Definition
Fiducial inference is a statistical methodology that attempts to assign probability distributions to unknown parameters directly from observed data, without invoking prior probability distributions as in Bayesian inference. It seeks to quantify uncertainty about parameters using a “fiducial” distribution derived from the sampling model and the observed sample.
Overview
The approach was introduced by the statistician Ronald A. Fisher in the 1930s as an alternative to classical (frequentist) confidence intervals and Bayesian posterior distributions. In fiducial inference, a pivotal quantity—a function of the data and the parameter whose distribution does not depend on the parameter—is inverted to produce a distribution for the parameter itself. The resulting fiducial distribution is intended to reflect the information contained in the data about the parameter, analogous to a posterior distribution, but derived without a prior.
Fiducial inference has been subject to extensive debate regarding its logical foundations and consistency. While it never achieved the same level of acceptance as frequentist or Bayesian methods, it inspired subsequent developments such as confidence distributions, structural inference, and generalized fiducial inference. Modern treatments often frame fiducial ideas within the broader context of inferential models that aim to provide distributional statements about parameters while preserving frequentist coverage properties.
Etymology/Origin
The term “fiducial” derives from the Latin fiducia, meaning “trust” or “confidence”. Fisher used the word to emphasize that the resulting distribution should be “trusted” as a representation of the parameter’s plausible values based solely on the observed data. The concept first appeared in Fisher’s 1930 papers on “fiducial probability” and was further elaborated in his 1935 article “The Fiducial Argument” and later in his 1956 book Statistical Methods and Scientific Inference.
Characteristics
| Feature | Description |
|---|---|
| Pivotal Quantity | Central to the method; a statistic whose sampling distribution is independent of the parameter. |
| Inversion Procedure | The observed value of the pivotal quantity is solved for the parameter, yielding a random variable that serves as the fiducial quantity. |
| No Prior Distribution | Unlike Bayesian inference, fiducial inference does not require a prior probability distribution for the parameter. |
| Coverage | Fiducial intervals often possess nominal frequentist coverage, but exact coverage is not guaranteed in all cases. |
| Scope | Primarily applied to models with a single scalar parameter; extensions to multivariate and complex models have been proposed (e.g., generalized fiducial inference). |
| Controversy | Criticisms focus on the lack of a general proof of coherence, potential dependence on parameterization, and difficulties in extending the method to all statistical models. |
Related Topics
- Confidence Intervals – Frequentist intervals constructed to achieve a specified coverage probability.
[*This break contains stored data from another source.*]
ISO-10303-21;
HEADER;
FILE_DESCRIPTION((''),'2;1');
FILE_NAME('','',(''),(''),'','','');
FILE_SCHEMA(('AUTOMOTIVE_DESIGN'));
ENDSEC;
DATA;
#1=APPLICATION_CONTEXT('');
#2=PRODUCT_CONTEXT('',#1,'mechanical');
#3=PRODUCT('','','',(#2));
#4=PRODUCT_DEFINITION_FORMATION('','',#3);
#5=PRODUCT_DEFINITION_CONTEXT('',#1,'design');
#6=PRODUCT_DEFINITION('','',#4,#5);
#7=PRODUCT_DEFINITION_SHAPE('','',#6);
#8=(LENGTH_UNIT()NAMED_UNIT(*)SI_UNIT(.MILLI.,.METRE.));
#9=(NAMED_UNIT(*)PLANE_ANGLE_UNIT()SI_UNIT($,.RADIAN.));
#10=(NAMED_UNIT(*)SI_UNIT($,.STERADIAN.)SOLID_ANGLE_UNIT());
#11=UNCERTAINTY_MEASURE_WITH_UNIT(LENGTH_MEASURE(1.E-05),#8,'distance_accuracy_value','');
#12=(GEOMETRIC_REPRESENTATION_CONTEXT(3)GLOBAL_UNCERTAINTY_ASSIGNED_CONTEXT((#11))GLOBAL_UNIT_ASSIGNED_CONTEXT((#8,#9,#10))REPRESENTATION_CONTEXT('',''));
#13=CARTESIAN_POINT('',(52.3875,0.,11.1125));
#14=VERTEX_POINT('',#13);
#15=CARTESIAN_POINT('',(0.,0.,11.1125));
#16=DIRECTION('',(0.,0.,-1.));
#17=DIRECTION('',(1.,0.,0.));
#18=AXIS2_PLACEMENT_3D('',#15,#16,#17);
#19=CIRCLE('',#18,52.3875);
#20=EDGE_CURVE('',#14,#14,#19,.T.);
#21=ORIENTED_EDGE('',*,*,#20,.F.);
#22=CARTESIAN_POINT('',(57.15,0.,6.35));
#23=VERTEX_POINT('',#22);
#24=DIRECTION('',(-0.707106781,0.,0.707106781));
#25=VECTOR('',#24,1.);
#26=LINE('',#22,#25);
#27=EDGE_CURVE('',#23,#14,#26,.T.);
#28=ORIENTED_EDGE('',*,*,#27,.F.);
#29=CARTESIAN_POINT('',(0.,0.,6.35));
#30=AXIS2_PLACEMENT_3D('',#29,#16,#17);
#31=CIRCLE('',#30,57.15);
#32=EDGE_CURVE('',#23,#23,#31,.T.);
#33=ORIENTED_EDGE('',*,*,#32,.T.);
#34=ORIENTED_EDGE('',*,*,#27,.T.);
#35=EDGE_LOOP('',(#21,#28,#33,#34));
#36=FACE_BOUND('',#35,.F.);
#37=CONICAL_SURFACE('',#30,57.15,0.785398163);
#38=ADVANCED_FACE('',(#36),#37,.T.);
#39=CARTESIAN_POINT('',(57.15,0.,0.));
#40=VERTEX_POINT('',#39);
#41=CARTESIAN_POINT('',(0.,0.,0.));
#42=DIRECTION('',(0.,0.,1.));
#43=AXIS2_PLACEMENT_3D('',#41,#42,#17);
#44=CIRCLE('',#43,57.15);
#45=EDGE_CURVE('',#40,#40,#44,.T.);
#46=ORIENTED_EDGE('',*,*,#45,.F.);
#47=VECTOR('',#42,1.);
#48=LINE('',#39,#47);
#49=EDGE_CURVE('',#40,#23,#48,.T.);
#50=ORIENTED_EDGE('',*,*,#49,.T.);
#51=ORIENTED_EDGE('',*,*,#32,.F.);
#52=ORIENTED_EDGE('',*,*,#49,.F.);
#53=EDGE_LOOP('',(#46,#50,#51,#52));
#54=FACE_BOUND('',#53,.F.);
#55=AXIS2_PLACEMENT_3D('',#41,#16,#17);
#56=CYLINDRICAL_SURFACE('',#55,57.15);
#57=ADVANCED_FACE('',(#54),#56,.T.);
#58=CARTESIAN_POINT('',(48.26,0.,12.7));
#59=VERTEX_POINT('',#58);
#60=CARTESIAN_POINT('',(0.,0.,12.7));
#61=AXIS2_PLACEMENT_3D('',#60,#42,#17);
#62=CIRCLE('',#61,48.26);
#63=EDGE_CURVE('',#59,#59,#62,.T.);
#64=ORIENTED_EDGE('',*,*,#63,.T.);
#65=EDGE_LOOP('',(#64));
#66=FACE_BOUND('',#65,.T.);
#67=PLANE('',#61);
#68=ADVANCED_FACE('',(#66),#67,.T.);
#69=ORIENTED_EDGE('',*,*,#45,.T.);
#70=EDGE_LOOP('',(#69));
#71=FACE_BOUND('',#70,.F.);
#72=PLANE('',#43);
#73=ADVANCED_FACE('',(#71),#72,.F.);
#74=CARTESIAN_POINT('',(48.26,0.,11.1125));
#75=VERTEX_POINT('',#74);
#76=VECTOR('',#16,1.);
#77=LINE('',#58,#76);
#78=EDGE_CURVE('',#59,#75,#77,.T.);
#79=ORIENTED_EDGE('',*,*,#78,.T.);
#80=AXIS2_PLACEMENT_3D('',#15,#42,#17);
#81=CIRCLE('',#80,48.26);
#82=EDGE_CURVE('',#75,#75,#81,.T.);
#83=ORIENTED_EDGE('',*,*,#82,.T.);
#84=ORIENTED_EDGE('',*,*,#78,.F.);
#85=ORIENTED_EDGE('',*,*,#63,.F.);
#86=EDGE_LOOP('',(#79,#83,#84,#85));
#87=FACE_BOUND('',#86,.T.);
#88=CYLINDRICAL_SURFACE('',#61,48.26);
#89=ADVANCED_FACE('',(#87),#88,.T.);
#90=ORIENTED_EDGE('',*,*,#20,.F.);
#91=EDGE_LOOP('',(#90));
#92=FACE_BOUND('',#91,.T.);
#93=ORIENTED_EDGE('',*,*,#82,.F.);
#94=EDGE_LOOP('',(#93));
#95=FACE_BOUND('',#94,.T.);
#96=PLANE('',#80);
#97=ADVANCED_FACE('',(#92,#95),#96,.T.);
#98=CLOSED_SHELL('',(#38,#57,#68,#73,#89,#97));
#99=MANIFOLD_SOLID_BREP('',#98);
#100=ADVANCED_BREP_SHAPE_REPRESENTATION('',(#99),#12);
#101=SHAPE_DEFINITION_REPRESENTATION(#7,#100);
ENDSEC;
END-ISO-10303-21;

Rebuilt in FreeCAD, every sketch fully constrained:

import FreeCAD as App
import Part
import Sketcher
from FreeCAD import Vector
Q = App.Units.Quantity


def edges_at(feature, points):
    """Names of the edges that pass closest to the given points."""
    edges = feature.Shape.Edges
    near = lambda p: min(range(len(edges)), key=lambda i: edges[i].distToShape(Part.Vertex(*p))[0])
    return sorted({f"Edge{near(p) + 1}" for p in points})

doc = App.newDocument("Part")
body = doc.addObject("PartDesign::Body", "Body")

sketch1 = body.newObject("Sketcher::SketchObject", "Sketch")
sketch1.AttachmentSupport = (doc.getObject("XY_Plane"), [""])
sketch1.MapMode = "FlatFace"
sketch1.addGeometry(Part.Circle(Vector(0, 0, 0), Vector(0, 0, 1), 57.15), False)
sketch1.addConstraint(Sketcher.Constraint("Coincident", 0, 3, -1, 1))
sketch1.addConstraint(Sketcher.Constraint("Diameter", 0, Q("4.5 in")))
pad1 = body.newObject("PartDesign::Pad", "Pad")
pad1.Profile = sketch1
pad1.Length = Q("0.5 in")

sketch2 = body.newObject("Sketcher::SketchObject", "Sketch001")
sketch2.AttachmentSupport = (doc.getObject("XY_Plane"), [""])
sketch2.MapMode = "FlatFace"
sketch2.AttachmentOffset = App.Placement(Vector(0, 0, 0.5 * 25.4), App.Rotation())
sketch2.addGeometry(Part.Circle(Vector(0, 0, 0), Vector(0, 0, 1), 82.073796), False)
sketch2.addGeometry(Part.Circle(Vector(0, 0, 0), Vector(0, 0, 1), 48.26), False)
sketch2.addConstraint(Sketcher.Constraint("Coincident", 0, 3, -1, 1))
sketch2.addConstraint(Sketcher.Constraint("Coincident", 1, 3, -1, 1))
sketch2.addConstraint(Sketcher.Constraint("Diameter", 1, Q("3.8 in")))
sketch2.addConstraint(Sketcher.Constraint("Diameter", 0, 164.147592))
pocket1 = body.newObject("PartDesign::Pocket", "Pocket")
pocket1.Profile = sketch2
pocket1.Length = Q("0.0625 in")
doc.recompute()

chamfer = body.newObject("PartDesign::Chamfer", "Chamfer")
chamfer.Base = (pocket1, edges_at(pocket1, [(-57.15, 0, 11.113)]))
chamfer.Size = Q("0.1875 in")

doc.recompute()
- Bayesian Inference – Statistical inference that combines prior distributions with likelihoods to produce posterior distributions.
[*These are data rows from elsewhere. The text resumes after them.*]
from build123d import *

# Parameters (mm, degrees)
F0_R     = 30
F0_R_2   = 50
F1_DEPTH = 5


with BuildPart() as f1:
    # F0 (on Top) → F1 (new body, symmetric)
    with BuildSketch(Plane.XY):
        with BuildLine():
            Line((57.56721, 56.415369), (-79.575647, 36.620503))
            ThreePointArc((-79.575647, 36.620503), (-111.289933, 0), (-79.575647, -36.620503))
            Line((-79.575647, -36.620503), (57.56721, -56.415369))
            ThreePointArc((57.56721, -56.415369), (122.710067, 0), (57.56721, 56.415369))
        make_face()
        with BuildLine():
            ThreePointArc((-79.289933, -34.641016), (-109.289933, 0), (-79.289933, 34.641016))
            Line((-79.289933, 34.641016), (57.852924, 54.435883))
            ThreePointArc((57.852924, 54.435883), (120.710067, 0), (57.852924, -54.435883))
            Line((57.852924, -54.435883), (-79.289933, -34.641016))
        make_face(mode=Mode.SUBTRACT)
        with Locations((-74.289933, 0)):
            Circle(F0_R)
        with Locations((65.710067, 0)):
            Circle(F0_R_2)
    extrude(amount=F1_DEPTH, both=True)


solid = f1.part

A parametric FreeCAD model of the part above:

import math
import FreeCAD as App
import Part
import Sketcher

doc = App.newDocument("Part")
body = doc.addObject("PartDesign::Body", "Body")
body.AllowCompound = True

# Sketch on XY plane
sketch1 = body.newObject("Sketcher::SketchObject", "Sketch")
sketch1.AttachmentSupport = (doc.getObject("XY_Plane"), [""])
sketch1.MapMode = "FlatFace"
sketch1.addGeometry(Part.LineSegment(App.Vector(57.56721, 56.415369, 0), App.Vector(-79.575647, 36.620503, 0)), False)
sketch1.addGeometry(Part.ArcOfCircle(Part.Circle(App.Vector(-74.289933, 0, 0), App.Vector(0, 0, 1), 37), math.radians(98.213211), math.radians(261.786789)), False)
sketch1.addGeometry(Part.LineSegment(App.Vector(-79.575647, -36.620503, 0), App.Vector(57.56721, -56.415369, 0)), False)
sketch1.addGeometry(Part.ArcOfCircle(Part.Circle(App.Vector(65.710067, 0, 0), App.Vector(0, 0, 1), 57), math.radians(-98.213211), math.radians(98.213211)), False)
sketch1.addGeometry(Part.LineSegment(App.Vector(57.852924, -54.435883, 0), App.Vector(-79.289933, -34.641016, 0)), False)
sketch1.addGeometry(Part.ArcOfCircle(Part.Circle(App.Vector(-74.289933, 0, 0), App.Vector(0, 0, 1), 35), math.radians(98.21321), math.radians(261.78679)), False)
sketch1.addGeometry(Part.LineSegment(App.Vector(-79.289933, 34.641016, 0), App.Vector(57.852924, 54.435883, 0)), False)
sketch1.addGeometry(Part.ArcOfCircle(Part.Circle(App.Vector(65.710067, 0, 0), App.Vector(0, 0, 1), 55), math.radians(-98.21321), math.radians(98.21321)), False)
sketch1.addGeometry(Part.Circle(App.Vector(-74.289933, 0, 0), App.Vector(0, 0, 1), 30), False)
sketch1.addGeometry(Part.Circle(App.Vector(65.710067, 0, 0), App.Vector(0, 0, 1), 50), False)
sketch1.addConstraint(Sketcher.Constraint("Tangent", 0, 2, 1, 1))
sketch1.addConstraint(Sketcher.Constraint("Tangent", 1, 2, 2, 1))
sketch1.addConstraint(Sketcher.Constraint("Tangent", 2, 2, 3, 1))
sketch1.addConstraint(Sketcher.Constraint("Tangent", 3, 2, 0, 1))
sketch1.addConstraint(Sketcher.Constraint("Tangent", 4, 2, 5, 2))
sketch1.addConstraint(Sketcher.Constraint("Tangent", 5, 1, 6, 1))
sketch1.addConstraint(Sketcher.Constraint("Tangent", 6, 2, 7, 2))
sketch1.addConstraint(Sketcher.Constraint("Tangent", 7, 1, 4, 1))
sketch1.addConstraint(Sketcher.Constraint("Coincident", 5, 3, 1, 3))
sketch1.addConstraint(Sketcher.Constraint("Coincident", 7, 3, 3, 3))
sketch1.addConstraint(Sketcher.Constraint("Coincident", 8, 3, 1, 3))
sketch1.addConstraint(Sketcher.Constraint("Coincident", 9, 3, 3, 3))
sketch1.addConstraint(Sketcher.Constraint("Symmetric", 0, 2, 1, 2, -1))
sketch1.addConstraint(Sketcher.Constraint("Parallel", 2, 4))
sketch1.addConstraint(Sketcher.Constraint("Diameter", 8, 60.0))
sketch1.addConstraint(Sketcher.Constraint("Diameter", 9, 100.0))
sketch1.addConstraint(Sketcher.Constraint("Radius", 1, 37.0))
sketch1.addConstraint(Sketcher.Constraint("Radius", 3, 57.0))
sketch1.addConstraint(Sketcher.Constraint("Radius", 5, 35.0))
sketch1.addConstraint(Sketcher.Constraint("DistanceX", 1, 3, 3, 3, 140.0))
sketch1.addConstraint(Sketcher.Constraint("DistanceX", -1, 1, 2, 2, 57.56721))
pad1 = body.newObject("PartDesign::Pad", "Pad")
pad1.Profile = sketch1
pad1.Length = 10
pad1.Midplane = True

doc.recompute()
- Confidence Distribution – A frequentist analog to the Bayesian posterior that assigns a distribution function to a parameter while maintaining coverage properties.
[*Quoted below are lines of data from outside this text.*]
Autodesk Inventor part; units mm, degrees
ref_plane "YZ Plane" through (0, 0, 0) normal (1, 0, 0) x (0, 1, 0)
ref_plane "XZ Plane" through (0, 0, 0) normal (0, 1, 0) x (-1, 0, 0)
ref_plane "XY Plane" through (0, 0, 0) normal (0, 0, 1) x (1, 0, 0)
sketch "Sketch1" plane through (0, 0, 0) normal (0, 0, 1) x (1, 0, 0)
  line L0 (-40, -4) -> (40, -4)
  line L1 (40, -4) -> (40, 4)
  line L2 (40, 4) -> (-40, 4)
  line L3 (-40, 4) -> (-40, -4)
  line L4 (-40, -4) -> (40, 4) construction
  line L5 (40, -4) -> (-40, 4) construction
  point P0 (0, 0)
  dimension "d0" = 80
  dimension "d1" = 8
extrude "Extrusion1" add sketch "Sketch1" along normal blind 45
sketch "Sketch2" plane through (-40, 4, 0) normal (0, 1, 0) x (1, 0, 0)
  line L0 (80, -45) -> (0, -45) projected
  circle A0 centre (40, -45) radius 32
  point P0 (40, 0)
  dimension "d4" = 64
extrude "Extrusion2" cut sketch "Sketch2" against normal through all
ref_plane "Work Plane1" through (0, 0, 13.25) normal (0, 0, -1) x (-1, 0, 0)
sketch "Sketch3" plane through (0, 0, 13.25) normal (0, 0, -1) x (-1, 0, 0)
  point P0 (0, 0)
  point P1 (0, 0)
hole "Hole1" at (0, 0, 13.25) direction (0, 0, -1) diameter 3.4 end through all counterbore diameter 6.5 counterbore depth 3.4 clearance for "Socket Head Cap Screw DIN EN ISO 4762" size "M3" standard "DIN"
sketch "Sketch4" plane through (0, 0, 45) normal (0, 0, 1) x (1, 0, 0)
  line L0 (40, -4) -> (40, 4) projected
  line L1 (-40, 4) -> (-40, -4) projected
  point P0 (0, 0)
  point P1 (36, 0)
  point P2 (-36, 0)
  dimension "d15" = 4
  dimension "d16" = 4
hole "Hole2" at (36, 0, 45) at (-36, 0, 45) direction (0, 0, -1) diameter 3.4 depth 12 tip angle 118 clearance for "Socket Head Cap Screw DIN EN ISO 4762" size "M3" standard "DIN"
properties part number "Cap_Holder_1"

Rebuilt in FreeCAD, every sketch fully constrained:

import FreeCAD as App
import Part
import Sketcher
from FreeCAD import Vector


def add_polygon(sketch, points):
    """Adds a closed chain of lines whose ends are joined by coincident constraints."""
    first, n = sketch.GeometryCount, len(points)
    for a, b in zip(points, points[1:] + points[:1]):
        sketch.addGeometry(Part.LineSegment(App.Vector(*a, 0), App.Vector(*b, 0)), False)
    for i in range(n):
        sketch.addConstraint(Sketcher.Constraint("Coincident", first + i, 2, first + (i + 1) % n, 1))

doc = App.newDocument("Part")
body = doc.addObject("PartDesign::Body", "Body")

# Sketch on XY plane
sketch1 = body.newObject("Sketcher::SketchObject", "Sketch")
sketch1.AttachmentSupport = (doc.getObject("XY_Plane"), [""])
sketch1.MapMode = "FlatFace"
add_polygon(sketch1, [(-40, 4), (-40, -4), (40, -4), (40, 4)])  # lines 0-3
sketch1.addConstraint(Sketcher.Constraint("Vertical", 0))
sketch1.addConstraint(Sketcher.Constraint("Horizontal", 1))
sketch1.addConstraint(Sketcher.Constraint("Vertical", 2))
sketch1.addConstraint(Sketcher.Constraint("Horizontal", 3))
sketch1.addConstraint(Sketcher.Constraint("Symmetric", 0, 2, 2, 2, -1, 1))
sketch1.addConstraint(Sketcher.Constraint("DistanceX", 1, 1, 1, 2, 80.0))
sketch1.addConstraint(Sketcher.Constraint("DistanceY", 0, 2, 0, 1, 8.0))
pad1 = body.newObject("PartDesign::Pad", "Pad")
pad1.Profile = sketch1
pad1.Length = 45

# Sketch on XZ plane
sketch2 = body.newObject("Sketcher::SketchObject", "Sketch001")
sketch2.AttachmentSupport = (doc.getObject("XZ_Plane"), [""])
sketch2.MapMode = "FlatFace"
sketch2.AttachmentOffset = App.Placement(Vector(0, 0, -4), App.Rotation())
sketch2.addGeometry(Part.Circle(Vector(0, 45, 0), Vector(0, 0, 1), 32), False)
sketch2.addConstraint(Sketcher.Constraint("PointOnObject", 0, 3, -2))
sketch2.addConstraint(Sketcher.Constraint("Diameter", 0, 64.0))
sketch2.addConstraint(Sketcher.Constraint("DistanceY", -1, 1, 0, 3, 45.0))
pocket1 = body.newObject("PartDesign::Pocket", "Pocket")
pocket1.Profile = sketch2
pocket1.Type = "ThroughAll"
pocket1.Reversed = True

# Sketch on XY plane
sketch3 = body.newObject("Sketcher::SketchObject", "Sketch002")
sketch3.AttachmentSupport = (doc.getObject("XY_Plane"), [""])
sketch3.MapMode = "FlatFace"
sketch3.AttachmentOffset = App.Placement(Vector(0, 0, 13.25), App.Rotation())
sketch3.addGeometry(Part.Circle(Vector(0, 0, 0), Vector(0, 0, 1), 1.7), False)
sketch3.addConstraint(Sketcher.Constraint("Coincident", 0, 3, -1, 1))
sketch3.addConstraint(Sketcher.Constraint("Diameter", 0, 3.4))
doc.recompute()
hole = body.newObject("PartDesign::Hole", "Hole")
hole.Profile = sketch3
hole.ThreadType = "None"
hole.Diameter = 3.4
hole.DepthType = "ThroughAll"
hole.HoleCutType = "Counterbore"
hole.HoleCutDiameter = 6.5
hole.HoleCutDepth = 3.4

# Sketch on XY plane
sketch4 = body.newObject("Sketcher::SketchObject", "Sketch003")
sketch4.AttachmentSupport = (doc.getObject("XY_Plane"), [""])
sketch4.MapMode = "FlatFace"
sketch4.AttachmentOffset = App.Placement(Vector(0, 0, 45), App.Rotation())
sketch4.addGeometry(Part.Circle(Vector(36, 0, 0), Vector(0, 0, 1), 1.7), False)
sketch4.addGeometry(Part.Circle(Vector(-36, 0, 0), Vector(0, 0, 1), 1.7), False)
sketch4.addConstraint(Sketcher.Constraint("Equal", 0, 1))
sketch4.addConstraint(Sketcher.Constraint("Symmetric", 0, 3, 1, 3, -1, 1))
sketch4.addConstraint(Sketcher.Constraint("PointOnObject", 0, 3, -1))
sketch4.addConstraint(Sketcher.Constraint("Diameter", 0, 3.4))
sketch4.addConstraint(Sketcher.Constraint("DistanceX", -1, 1, 0, 3, 36.0))
doc.recompute()
hole2 = body.newObject("PartDesign::Hole", "Hole001")
hole2.Profile = sketch4
hole2.ThreadType = "None"
hole2.Diameter = 3.4
hole2.DepthType = "Dimension"
hole2.Depth = 12
hole2.DrillPoint = "Angled"
hole2.DrillPointAngle = 118

doc.recompute()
- Generalized Fiducial Inference – Modern extensions that aim to broaden fiducial ideas to a wider class of models, often using computational algorithms such as Monte‑Carlo sampling.
- Structural Inference – An approach introduced by Fisher that also attempts to derive distributions for parameters without priors, closely related to fiducial concepts.
Note: While fiducial inference remains a subject of ongoing research, its foundational principles are well documented in the statistical literature.